# Is my Coralife fixture HO or NO?



## Michael (Jul 20, 2010)

In an equipment swap, I received a 48" two tube T5 Coralife fixture. It works, but both tubes need to be replaced. I cannot find a model number or wattage rating any where on the fixture.

The old tubes are an Actinic F28-T5-BP and a 10,000K with an unreadable model number. The tube labels do not indicate HO or NO.

So, which is it? I am planning to buy one 6,700K tube and one 10,000K tube to use on my tank (planted of course!). But obviously I need to know whether to buy HO or NO tubes.

Thanks,
Michael


----------



## Seattle_Aquarist (Mar 7, 2008)

Hi Michael,

If the bulbs are about 46" they are standard T5 not T5HO. The F28-T5 means they are 28 watt T5 bulbs. If the fixture was T5HO the bulbs would be 54 watts with a nomenclature like FL54-T5HO.


----------



## Michael (Jul 20, 2010)

Thanks! Are T5 NO and T5 HO tubes slightly different lengths? The reason I ask is that I also got two 24" Coralife fixture which have T5 HO tubes in them, but the lights are very dim. Could this be because the previous owner put HO tubes in NO fixtures?

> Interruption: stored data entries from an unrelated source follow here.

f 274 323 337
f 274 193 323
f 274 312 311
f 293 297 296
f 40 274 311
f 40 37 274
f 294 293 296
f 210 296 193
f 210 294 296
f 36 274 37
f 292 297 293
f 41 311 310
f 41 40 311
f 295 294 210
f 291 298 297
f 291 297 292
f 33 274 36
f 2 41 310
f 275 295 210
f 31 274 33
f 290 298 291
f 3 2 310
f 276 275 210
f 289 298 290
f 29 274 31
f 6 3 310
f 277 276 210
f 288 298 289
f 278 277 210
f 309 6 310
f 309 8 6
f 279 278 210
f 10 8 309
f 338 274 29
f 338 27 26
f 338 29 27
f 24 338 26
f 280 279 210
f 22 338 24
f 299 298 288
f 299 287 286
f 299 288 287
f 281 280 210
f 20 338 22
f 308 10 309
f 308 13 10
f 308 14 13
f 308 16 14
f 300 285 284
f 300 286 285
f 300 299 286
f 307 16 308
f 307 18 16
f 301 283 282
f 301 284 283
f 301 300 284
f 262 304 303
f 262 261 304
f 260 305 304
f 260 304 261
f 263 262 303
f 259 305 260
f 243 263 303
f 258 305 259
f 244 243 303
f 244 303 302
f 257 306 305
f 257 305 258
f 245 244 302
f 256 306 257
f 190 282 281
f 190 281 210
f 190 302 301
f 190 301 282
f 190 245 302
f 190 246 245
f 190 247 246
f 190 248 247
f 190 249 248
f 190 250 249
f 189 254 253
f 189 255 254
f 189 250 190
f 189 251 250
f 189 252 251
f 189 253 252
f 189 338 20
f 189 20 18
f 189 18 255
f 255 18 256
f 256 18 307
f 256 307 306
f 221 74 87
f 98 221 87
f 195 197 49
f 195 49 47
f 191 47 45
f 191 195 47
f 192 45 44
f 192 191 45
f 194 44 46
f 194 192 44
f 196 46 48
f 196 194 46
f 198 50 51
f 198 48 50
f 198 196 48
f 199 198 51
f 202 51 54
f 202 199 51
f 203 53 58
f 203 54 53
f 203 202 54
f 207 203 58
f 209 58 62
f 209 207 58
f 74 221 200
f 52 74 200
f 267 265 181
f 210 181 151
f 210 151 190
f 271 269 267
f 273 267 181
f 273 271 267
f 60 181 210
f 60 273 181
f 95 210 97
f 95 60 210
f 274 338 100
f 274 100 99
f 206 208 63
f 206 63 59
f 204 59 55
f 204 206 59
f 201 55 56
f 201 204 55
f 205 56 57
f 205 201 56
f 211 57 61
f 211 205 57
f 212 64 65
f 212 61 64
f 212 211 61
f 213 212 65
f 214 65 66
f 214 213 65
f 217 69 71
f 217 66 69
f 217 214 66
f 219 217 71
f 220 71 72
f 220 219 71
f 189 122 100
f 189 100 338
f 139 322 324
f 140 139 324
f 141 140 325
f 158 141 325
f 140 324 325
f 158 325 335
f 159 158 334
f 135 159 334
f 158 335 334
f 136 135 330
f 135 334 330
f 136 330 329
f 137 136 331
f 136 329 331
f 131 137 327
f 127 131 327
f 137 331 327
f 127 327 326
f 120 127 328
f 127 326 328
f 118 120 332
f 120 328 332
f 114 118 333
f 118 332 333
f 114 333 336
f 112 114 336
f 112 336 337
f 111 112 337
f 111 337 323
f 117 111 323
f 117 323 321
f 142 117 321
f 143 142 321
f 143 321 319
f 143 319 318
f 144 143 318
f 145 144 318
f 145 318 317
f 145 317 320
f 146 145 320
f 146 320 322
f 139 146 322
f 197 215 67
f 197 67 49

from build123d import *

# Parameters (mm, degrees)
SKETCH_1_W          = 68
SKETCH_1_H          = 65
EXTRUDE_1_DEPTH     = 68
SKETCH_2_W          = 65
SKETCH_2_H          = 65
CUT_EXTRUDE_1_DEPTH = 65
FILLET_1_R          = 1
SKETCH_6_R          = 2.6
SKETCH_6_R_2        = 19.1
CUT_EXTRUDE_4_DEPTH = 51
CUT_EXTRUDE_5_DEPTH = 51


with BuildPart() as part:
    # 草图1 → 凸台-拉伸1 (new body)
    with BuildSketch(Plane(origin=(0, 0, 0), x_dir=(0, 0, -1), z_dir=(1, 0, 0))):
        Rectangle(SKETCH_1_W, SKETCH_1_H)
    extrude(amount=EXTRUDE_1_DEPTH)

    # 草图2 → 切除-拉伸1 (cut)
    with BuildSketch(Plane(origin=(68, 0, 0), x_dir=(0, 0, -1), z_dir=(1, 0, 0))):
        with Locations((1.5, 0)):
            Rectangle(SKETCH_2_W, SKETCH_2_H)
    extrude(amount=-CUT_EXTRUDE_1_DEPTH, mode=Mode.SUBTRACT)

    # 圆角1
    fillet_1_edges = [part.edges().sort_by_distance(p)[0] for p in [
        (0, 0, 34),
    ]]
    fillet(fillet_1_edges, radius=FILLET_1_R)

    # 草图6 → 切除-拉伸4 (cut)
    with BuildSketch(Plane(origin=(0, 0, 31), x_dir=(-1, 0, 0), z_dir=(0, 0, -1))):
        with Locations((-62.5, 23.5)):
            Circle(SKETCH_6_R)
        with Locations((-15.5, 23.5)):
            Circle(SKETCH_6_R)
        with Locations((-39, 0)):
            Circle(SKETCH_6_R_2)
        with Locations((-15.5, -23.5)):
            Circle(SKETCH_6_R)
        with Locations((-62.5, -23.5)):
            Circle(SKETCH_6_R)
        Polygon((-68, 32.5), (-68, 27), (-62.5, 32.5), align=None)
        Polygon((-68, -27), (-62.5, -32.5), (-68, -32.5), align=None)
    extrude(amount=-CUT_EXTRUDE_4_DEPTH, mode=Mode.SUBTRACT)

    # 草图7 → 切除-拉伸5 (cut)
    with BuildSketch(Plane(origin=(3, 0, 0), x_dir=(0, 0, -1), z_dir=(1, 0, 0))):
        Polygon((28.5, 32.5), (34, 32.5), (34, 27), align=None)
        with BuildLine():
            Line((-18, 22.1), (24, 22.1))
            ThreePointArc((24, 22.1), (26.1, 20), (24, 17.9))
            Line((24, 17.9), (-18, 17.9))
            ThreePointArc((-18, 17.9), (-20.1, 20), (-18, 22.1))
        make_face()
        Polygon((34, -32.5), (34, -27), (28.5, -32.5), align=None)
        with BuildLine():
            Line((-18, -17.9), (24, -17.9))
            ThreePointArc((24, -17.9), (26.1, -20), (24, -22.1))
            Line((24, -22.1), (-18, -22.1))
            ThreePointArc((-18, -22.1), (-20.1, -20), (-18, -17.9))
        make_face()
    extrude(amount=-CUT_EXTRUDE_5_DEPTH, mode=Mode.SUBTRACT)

Sorry, but in this hobby one answer always seems to lead to another question.

--Michael


----------



## Seattle_Aquarist (Mar 7, 2008)

Hi Michael,

I am not that familiar with T5 verses T5HO lengths. Most electrical equipment has a nameplate with the rating information on it, what do the ones your 24" fixtures say?


----------



## Newt (Apr 1, 2004)

A 54w T5HO bulb is 45.8" long.

I tried attaching a GE pdf that shows T5 HE and HO bulb facts but it was too big to be allowed to upload.


----------



## Michael (Jul 20, 2010)

Seattle_Aquarist said:


> Hi Michael,
> 
> I am not that familiar with T5 verses T5HO lengths. Most electrical equipment has a nameplate with the rating information on it, what do the ones your 24" fixtures say?

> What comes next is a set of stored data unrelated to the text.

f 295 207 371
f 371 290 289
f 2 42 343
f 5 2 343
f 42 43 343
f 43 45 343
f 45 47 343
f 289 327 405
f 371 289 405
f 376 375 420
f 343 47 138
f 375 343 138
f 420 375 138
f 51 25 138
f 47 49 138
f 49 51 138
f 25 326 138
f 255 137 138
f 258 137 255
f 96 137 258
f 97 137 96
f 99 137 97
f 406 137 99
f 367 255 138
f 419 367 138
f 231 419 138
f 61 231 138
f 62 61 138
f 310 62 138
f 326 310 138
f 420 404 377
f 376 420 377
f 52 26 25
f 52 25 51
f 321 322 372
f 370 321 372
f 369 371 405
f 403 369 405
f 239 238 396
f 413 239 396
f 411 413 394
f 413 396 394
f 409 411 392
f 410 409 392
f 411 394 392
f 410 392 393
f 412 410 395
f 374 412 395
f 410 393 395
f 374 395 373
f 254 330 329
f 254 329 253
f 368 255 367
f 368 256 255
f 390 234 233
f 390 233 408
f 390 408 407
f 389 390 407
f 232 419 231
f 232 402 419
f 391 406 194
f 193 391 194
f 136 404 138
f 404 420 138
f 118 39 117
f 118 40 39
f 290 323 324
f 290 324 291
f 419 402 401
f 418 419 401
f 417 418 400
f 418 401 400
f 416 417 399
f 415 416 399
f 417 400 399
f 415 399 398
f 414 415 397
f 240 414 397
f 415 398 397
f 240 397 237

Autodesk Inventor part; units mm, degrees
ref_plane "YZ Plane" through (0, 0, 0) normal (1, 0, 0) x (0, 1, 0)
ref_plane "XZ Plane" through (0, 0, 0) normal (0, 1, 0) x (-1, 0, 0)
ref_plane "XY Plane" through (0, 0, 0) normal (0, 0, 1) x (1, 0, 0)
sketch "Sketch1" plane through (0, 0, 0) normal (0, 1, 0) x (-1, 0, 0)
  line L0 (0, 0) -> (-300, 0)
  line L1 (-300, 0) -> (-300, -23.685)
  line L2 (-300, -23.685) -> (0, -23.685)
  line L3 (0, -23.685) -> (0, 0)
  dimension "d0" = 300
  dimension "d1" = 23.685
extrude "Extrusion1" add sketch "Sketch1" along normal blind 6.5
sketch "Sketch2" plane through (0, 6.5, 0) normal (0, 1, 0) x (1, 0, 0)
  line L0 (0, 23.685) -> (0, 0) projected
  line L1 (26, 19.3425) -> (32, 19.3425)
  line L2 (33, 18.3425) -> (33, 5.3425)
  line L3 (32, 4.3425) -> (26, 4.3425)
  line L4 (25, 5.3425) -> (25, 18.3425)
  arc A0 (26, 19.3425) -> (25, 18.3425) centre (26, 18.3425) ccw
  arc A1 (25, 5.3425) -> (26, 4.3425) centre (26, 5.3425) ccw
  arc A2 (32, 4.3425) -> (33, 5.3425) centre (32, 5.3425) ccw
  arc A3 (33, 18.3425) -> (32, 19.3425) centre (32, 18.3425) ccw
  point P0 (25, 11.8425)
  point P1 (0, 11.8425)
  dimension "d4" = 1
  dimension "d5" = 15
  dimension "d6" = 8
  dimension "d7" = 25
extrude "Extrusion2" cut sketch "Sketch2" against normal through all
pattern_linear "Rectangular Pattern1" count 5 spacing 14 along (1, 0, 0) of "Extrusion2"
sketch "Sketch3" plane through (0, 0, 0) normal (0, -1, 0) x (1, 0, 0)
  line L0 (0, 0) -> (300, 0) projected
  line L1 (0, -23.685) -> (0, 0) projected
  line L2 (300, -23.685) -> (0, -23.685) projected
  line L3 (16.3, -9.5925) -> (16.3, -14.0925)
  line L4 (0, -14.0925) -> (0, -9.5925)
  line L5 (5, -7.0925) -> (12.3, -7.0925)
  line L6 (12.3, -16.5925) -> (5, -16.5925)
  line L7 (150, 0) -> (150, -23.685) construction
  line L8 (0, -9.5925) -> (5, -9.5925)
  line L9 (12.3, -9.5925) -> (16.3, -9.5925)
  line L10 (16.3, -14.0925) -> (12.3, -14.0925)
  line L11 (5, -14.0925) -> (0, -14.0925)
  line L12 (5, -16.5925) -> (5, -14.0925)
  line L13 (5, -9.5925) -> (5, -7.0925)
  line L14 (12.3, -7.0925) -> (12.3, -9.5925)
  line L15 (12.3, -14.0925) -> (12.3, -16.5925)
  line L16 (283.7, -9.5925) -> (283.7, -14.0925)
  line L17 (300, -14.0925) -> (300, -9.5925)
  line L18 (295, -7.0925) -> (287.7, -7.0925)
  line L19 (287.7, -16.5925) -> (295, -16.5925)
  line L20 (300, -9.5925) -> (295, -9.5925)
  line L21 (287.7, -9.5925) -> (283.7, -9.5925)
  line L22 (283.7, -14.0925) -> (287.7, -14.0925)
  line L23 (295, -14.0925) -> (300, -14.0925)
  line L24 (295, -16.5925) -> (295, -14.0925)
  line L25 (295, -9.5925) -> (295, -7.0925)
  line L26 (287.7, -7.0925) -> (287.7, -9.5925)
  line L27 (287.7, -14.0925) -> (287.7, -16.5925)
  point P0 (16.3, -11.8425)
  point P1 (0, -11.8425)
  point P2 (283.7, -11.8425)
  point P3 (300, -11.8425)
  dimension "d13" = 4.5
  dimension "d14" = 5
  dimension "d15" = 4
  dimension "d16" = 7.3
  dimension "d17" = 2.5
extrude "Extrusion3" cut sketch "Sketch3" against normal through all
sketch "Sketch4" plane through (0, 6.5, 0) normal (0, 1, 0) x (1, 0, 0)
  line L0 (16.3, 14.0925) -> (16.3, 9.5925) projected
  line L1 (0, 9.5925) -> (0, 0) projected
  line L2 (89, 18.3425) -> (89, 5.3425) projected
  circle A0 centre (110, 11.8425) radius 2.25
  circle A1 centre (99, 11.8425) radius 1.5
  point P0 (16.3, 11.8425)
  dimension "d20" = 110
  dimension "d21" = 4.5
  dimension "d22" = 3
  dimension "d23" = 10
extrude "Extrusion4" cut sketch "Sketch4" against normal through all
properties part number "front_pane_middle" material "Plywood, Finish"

That's the problem, I cannot find any such label on the fixtures. I have not tried disassembling them yet.


----------



## Michael (Jul 20, 2010)

Newt said:


> A 54w T5HO bulb is 45.8" long.
> 
> I tried attaching a GE pdf that shows T5 HE and HO bulb facts but it was too big to be allowed to upload.


That is the length of the tubes in the 48" fixture, which have the "F28" designation, which we think means 28 watts, or NO.

Could you post a link to the GE pdf?

Thanks!


----------



## Newt (Apr 1, 2004)

I have the pdf on my computer but will see if I can find it online or look up the info in the data.


----------



## Newt (Apr 1, 2004)

I Googled F28T5.
Here is a link for one of the hits> http://www.lightingsupply.com/F28T5-830-SRC.aspx

It is an N.O. bulb; same length. Different cathode and ballast.


----------



## Michael (Jul 20, 2010)

Hmmm, let me describe the fixture. It is about 1" thick, 3" wide, covered in black aluminum. The tubes are very close together, and the reflector is a mylar-like material with a mirror finish. It has no mounting legs, or anywhere to attach them. It does have a metal rod extension that slides out of one end, adjustable to fit the width of the tank. There is an acrylic splash guard over the tubes.

--Michael


----------



## Newt (Apr 1, 2004)

While googling F28-T5-BP I did come across references to coralife fixtures.
You need to buy F28T5 bulbs.
F= fluorescent
28= watts
T= tube
5= 5/8th inch diameter
Im not sure about the BP; probably having to do with it being actinic.
If still in doubt, open up the fixture to look at the ballast. Most say right on it what bulbs they will drive.


----------